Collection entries

^^^^^^^^

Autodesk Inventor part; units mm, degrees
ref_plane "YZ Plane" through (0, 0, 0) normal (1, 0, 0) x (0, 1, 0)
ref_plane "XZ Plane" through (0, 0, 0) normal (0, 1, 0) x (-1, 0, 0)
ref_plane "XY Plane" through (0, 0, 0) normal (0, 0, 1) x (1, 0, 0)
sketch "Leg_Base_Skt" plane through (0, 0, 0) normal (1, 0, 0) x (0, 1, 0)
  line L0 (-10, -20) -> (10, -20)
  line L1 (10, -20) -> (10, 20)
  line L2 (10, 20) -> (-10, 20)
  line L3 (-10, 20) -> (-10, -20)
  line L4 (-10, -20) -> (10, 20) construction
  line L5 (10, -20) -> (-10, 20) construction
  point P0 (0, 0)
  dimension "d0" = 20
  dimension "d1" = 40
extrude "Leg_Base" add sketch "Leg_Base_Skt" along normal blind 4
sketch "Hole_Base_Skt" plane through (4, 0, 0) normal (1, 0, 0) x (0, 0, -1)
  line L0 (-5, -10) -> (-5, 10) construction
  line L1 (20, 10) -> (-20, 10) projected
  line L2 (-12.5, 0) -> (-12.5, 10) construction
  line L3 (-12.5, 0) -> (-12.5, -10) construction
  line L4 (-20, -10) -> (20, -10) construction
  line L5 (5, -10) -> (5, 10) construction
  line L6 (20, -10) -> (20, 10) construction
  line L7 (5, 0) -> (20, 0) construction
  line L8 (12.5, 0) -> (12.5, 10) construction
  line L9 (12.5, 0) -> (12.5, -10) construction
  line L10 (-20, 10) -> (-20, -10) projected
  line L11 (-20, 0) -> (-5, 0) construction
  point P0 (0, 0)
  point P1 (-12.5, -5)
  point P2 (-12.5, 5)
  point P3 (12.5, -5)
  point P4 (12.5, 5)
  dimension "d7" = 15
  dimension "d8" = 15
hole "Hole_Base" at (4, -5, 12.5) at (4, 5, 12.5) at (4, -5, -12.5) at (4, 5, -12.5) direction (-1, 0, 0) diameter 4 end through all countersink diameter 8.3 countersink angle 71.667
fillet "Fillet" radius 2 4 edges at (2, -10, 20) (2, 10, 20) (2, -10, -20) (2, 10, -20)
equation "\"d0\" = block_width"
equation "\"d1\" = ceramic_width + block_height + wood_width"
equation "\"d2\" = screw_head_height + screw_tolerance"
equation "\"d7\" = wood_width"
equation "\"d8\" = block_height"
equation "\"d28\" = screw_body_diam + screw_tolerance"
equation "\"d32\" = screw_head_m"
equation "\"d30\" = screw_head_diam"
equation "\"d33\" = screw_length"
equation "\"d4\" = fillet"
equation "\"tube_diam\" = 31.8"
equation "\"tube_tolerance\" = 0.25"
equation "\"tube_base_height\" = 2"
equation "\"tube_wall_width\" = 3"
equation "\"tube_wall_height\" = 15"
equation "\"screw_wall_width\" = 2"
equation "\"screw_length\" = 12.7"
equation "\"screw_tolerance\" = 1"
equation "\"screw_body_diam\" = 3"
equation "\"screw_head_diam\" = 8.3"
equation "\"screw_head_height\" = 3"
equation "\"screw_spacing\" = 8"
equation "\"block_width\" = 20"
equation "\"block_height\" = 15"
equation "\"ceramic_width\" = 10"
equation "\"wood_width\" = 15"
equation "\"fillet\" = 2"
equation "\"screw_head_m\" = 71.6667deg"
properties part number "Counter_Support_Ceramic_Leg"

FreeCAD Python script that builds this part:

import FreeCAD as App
import Part
import Sketcher
Q = App.Units.Quantity


def edges_at(feature, points):
    """Names of the edges that pass closest to the given points."""
    edges = feature.Shape.Edges
    near = lambda p: min(range(len(edges)), key=lambda i: edges[i].distToShape(Part.Vertex(*p))[0])
    return sorted({f"Edge{near(p) + 1}" for p in points})

doc = App.newDocument("Part")
body = doc.addObject("PartDesign::Body", "Body")

# Sketch on YZ plane
sketch1 = body.newObject("Sketcher::SketchObject", "Sketch")
sketch1.AttachmentSupport = (doc.getObject("YZ_Plane"), [""])
sketch1.MapMode = "FlatFace"
sketch1.addGeometry([
    Part.LineSegment(App.Vector(-10, 20, 0), App.Vector(-10, -20, 0)),
    Part.LineSegment(App.Vector(-10, -20, 0), App.Vector(10, -20, 0)),
    Part.LineSegment(App.Vector(10, -20, 0), App.Vector(10, 20, 0)),
    Part.LineSegment(App.Vector(10, 20, 0), App.Vector(-10, 20, 0)),
], False)
sketch1.addConstraint([
    Sketcher.Constraint("Coincident", 0, 2, 1, 1),
    Sketcher.Constraint("Coincident", 1, 2, 2, 1),
    Sketcher.Constraint("Coincident", 2, 2, 3, 1),
    Sketcher.Constraint("Coincident", 3, 2, 0, 1),
    Sketcher.Constraint("Vertical", 0),
    Sketcher.Constraint("Horizontal", 1),
    Sketcher.Constraint("Vertical", 2),
    Sketcher.Constraint("Horizontal", 3),
    Sketcher.Constraint("Symmetric", 0, 2, 2, 2, -1, 1),
    Sketcher.Constraint("DistanceX", 1, 1, 1, 2, Q("20 mm")),
    Sketcher.Constraint("DistanceY", 0, 2, 0, 1, Q("40 mm")),
])
pad1 = body.newObject("PartDesign::Pad", "Pad")
pad1.Profile = sketch1
pad1.Length = 4

# Sketch on YZ plane
sketch2 = body.newObject("Sketcher::SketchObject", "Sketch001")
sketch2.AttachmentSupport = (doc.getObject("YZ_Plane"), [""])
sketch2.MapMode = "FlatFace"
sketch2.AttachmentOffset = App.Placement(App.Vector(0, 0, 4), App.Rotation())
sketch2.addGeometry([
    Part.Circle(App.Vector(-5, 12.5, 0), App.Vector(0, 0, 1), 2),
    Part.Circle(App.Vector(5, 12.5, 0), App.Vector(0, 0, 1), 2),
    Part.Circle(App.Vector(-5, -12.5, 0), App.Vector(0, 0, 1), 2),
    Part.Circle(App.Vector(5, -12.5, 0), App.Vector(0, 0, 1), 2),
], False)
sketch2.addConstraint([
    Sketcher.Constraint("Equal", 0, 1),
    Sketcher.Constraint("Equal", 1, 2),
    Sketcher.Constraint("Equal", 2, 3),
    Sketcher.Constraint("Symmetric", 1, 3, 2, 3, -1, 1),
    Sketcher.Constraint("Symmetric", 0, 3, 3, 3, -1, 1),
    Sketcher.Constraint("Symmetric", 0, 3, 1, 3, -2),
    Sketcher.Constraint("Diameter", 0, Q("4 mm")),
    Sketcher.Constraint("DistanceX", 0, 3, -1, 1, Q("5 mm")),
    Sketcher.Constraint("DistanceY", 2, 3, 0, 3, Q("25 mm")),
])
doc.recompute()
hole = body.newObject("PartDesign::Hole", "Hole")
hole.Profile = sketch2
hole.ThreadType = "None"
hole.Diameter = 4
hole.DepthType = "ThroughAll"
hole.HoleCutType = "Countersink"
hole.HoleCutDiameter = 8.3
hole.HoleCutCountersinkAngle = 71.667
doc.recompute()

fillet = body.newObject("PartDesign::Fillet", "Fillet")
fillet.Base = (hole, edges_at(hole, [
    (2, -10, 20),
    (2, 10, 20),
    (2, -10, -20),
    (2, 10, -20),
]))
fillet.Radius = 2

doc.recompute()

^^^^^^^^

Return all lines from the data that include the string "normal".

ref_plane "YZ Plane" through (0, 0, 0) normal (1, 0, 0) x (0, 1, 0)
ref_plane "XZ Plane" through (0, 0, 0) normal (0, 1, 0) x (-1, 0, 0)
ref_plane "XY Plane" through (0, 0, 0) normal (0, 0, 1) x (1, 0, 0)
sketch "Leg_Base_Skt" plane through (0, 0, 0) normal (1, 0, 0) x (0, 1, 0)
extrude "Leg_Base" add sketch "Leg_Base_Skt" along normal blind 4
sketch "Hole_Base_Skt" plane through (4, 0, 0) normal (1, 0, 0) x (0, 0, -1)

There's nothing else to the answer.